Dataset content Start Marker
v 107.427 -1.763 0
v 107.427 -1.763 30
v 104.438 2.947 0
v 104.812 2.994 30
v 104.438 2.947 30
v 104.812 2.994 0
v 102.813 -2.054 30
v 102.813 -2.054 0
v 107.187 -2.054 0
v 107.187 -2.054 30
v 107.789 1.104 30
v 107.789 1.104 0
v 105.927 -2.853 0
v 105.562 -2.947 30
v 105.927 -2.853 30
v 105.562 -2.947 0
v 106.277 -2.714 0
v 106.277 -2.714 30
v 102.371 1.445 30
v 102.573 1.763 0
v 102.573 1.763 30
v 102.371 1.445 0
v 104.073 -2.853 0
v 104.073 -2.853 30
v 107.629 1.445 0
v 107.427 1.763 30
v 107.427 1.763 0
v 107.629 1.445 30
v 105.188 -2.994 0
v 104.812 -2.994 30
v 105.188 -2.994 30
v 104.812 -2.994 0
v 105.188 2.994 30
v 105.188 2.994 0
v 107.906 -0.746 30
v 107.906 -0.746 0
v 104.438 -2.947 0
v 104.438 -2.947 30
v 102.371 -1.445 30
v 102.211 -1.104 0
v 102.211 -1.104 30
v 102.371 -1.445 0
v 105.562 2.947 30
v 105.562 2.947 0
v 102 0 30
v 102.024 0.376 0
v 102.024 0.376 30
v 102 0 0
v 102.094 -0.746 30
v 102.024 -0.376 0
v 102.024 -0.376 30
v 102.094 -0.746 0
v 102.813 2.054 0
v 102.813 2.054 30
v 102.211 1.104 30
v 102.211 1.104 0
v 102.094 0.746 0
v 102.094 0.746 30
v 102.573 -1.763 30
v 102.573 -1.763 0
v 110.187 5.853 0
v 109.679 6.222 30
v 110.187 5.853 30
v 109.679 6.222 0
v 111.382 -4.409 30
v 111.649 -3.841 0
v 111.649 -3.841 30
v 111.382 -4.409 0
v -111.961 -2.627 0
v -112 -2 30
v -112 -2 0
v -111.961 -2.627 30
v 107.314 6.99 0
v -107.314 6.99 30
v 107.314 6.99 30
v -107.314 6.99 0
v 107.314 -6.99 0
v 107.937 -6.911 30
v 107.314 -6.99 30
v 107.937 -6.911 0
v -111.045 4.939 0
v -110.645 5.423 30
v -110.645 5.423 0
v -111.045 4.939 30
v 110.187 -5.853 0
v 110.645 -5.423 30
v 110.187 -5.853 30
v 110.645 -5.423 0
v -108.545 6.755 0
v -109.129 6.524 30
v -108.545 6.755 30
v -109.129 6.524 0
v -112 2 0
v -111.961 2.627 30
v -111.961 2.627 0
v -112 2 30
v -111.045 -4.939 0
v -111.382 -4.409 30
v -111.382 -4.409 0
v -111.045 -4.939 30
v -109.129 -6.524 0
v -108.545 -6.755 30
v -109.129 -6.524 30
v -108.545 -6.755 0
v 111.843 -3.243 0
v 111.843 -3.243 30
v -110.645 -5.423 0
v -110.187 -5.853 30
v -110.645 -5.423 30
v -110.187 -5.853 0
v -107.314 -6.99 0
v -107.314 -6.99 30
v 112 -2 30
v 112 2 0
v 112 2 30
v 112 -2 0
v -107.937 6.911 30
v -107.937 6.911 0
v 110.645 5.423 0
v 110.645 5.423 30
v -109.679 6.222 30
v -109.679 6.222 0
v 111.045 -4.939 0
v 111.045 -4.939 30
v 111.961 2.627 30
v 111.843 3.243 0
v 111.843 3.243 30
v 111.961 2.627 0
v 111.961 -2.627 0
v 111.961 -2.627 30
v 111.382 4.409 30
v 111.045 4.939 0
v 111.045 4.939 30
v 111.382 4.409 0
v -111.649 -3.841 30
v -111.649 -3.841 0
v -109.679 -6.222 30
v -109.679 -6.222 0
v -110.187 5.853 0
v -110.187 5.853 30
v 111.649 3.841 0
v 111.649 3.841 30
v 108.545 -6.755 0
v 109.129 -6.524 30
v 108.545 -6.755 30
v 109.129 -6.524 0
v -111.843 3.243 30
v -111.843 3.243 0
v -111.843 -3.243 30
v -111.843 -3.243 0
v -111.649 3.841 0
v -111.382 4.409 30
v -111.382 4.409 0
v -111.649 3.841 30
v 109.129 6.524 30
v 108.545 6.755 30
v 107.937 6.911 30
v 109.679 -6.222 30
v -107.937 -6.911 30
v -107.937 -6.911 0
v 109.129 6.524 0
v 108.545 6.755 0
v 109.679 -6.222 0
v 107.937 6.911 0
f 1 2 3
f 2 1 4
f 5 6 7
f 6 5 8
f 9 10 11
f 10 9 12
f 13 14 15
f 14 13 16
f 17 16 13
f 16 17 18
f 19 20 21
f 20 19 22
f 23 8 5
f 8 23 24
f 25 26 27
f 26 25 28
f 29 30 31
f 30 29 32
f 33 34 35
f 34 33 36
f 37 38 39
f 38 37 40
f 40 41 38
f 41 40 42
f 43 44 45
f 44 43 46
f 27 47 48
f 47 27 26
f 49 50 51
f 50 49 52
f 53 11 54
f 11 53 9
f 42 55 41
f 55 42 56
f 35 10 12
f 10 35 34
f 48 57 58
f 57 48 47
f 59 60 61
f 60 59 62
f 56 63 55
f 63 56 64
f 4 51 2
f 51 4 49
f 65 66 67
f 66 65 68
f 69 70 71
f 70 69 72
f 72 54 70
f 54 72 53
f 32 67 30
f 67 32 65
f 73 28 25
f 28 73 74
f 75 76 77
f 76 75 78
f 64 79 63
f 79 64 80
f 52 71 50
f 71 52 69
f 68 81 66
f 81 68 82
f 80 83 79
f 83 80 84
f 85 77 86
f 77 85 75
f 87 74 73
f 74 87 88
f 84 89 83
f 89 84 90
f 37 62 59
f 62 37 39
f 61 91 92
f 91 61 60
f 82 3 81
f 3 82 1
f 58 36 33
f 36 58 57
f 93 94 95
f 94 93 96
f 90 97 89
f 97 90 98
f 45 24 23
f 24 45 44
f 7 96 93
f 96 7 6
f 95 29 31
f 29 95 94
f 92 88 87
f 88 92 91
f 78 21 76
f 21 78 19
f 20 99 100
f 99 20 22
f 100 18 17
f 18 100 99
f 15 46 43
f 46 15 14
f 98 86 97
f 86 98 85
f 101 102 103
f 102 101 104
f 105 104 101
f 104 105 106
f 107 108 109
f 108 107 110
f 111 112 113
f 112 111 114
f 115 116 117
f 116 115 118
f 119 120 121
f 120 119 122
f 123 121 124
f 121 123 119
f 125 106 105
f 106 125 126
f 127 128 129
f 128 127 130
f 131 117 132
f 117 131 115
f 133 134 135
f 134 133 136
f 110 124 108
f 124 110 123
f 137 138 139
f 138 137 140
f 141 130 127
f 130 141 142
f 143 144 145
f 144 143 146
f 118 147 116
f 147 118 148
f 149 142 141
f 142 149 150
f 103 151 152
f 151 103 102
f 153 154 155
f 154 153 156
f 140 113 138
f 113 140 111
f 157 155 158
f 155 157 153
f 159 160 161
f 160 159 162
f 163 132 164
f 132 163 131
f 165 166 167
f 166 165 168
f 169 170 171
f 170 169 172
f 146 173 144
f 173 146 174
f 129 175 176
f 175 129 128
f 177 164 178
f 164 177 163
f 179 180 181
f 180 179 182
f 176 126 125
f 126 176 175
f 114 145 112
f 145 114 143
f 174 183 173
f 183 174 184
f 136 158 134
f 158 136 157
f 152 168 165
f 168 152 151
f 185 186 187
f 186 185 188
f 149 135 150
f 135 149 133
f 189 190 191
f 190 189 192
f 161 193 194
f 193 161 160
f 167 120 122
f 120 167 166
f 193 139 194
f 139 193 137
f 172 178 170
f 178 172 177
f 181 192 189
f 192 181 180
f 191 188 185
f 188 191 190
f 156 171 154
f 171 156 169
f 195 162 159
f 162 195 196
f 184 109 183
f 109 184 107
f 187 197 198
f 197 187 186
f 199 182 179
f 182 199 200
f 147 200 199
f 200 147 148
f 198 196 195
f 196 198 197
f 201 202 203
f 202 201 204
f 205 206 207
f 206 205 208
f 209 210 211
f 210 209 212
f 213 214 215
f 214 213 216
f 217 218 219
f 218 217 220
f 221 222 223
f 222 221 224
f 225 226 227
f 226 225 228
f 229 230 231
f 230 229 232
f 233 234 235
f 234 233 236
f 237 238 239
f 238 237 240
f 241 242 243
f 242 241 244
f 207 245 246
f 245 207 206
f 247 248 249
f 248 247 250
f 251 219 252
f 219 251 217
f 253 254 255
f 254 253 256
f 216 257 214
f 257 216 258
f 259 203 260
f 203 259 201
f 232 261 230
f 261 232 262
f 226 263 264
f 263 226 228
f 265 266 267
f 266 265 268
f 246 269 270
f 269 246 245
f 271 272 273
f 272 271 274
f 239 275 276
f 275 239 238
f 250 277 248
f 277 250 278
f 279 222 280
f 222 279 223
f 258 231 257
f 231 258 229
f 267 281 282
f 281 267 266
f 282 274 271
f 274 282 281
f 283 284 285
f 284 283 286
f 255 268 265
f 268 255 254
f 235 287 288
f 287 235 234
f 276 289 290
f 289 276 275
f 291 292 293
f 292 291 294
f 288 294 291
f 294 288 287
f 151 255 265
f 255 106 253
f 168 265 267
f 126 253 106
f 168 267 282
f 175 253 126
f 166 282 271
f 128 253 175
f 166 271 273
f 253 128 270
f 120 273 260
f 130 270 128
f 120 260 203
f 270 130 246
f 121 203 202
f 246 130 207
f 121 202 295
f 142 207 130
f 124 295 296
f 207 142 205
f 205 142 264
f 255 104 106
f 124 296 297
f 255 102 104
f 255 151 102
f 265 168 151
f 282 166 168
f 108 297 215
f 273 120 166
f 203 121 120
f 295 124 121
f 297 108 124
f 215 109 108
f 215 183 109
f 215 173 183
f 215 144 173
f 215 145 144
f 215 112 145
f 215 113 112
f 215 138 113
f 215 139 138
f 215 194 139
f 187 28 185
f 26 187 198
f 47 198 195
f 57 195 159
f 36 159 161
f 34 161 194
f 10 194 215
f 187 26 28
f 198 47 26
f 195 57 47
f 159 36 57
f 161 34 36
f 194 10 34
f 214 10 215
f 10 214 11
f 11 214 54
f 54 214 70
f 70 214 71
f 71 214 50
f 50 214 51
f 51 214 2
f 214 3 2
Dataset content End Marker
◆ Task prompt: Set the lines down exactly, from the first line of the records to the line where "v 107.629 1.445 30" appears, with both ends kept.

◆ Result:
v 107.427 -1.763 0
v 107.427 -1.763 30
v 104.438 2.947 0
v 104.812 2.994 30
v 104.438 2.947 30
v 104.812 2.994 0
v 102.813 -2.054 30
v 102.813 -2.054 0
v 107.187 -2.054 0
v 107.187 -2.054 30
v 107.789 1.104 30
v 107.789 1.104 0
v 105.927 -2.853 0
v 105.562 -2.947 30
v 105.927 -2.853 30
v 105.562 -2.947 0
v 106.277 -2.714 0
v 106.277 -2.714 30
v 102.371 1.445 30
v 102.573 1.763 0
v 102.573 1.763 30
v 102.371 1.445 0
v 104.073 -2.853 0
v 104.073 -2.853 30
v 107.629 1.445 0
v 107.427 1.763 30
v 107.427 1.763 0
v 107.629 1.445 30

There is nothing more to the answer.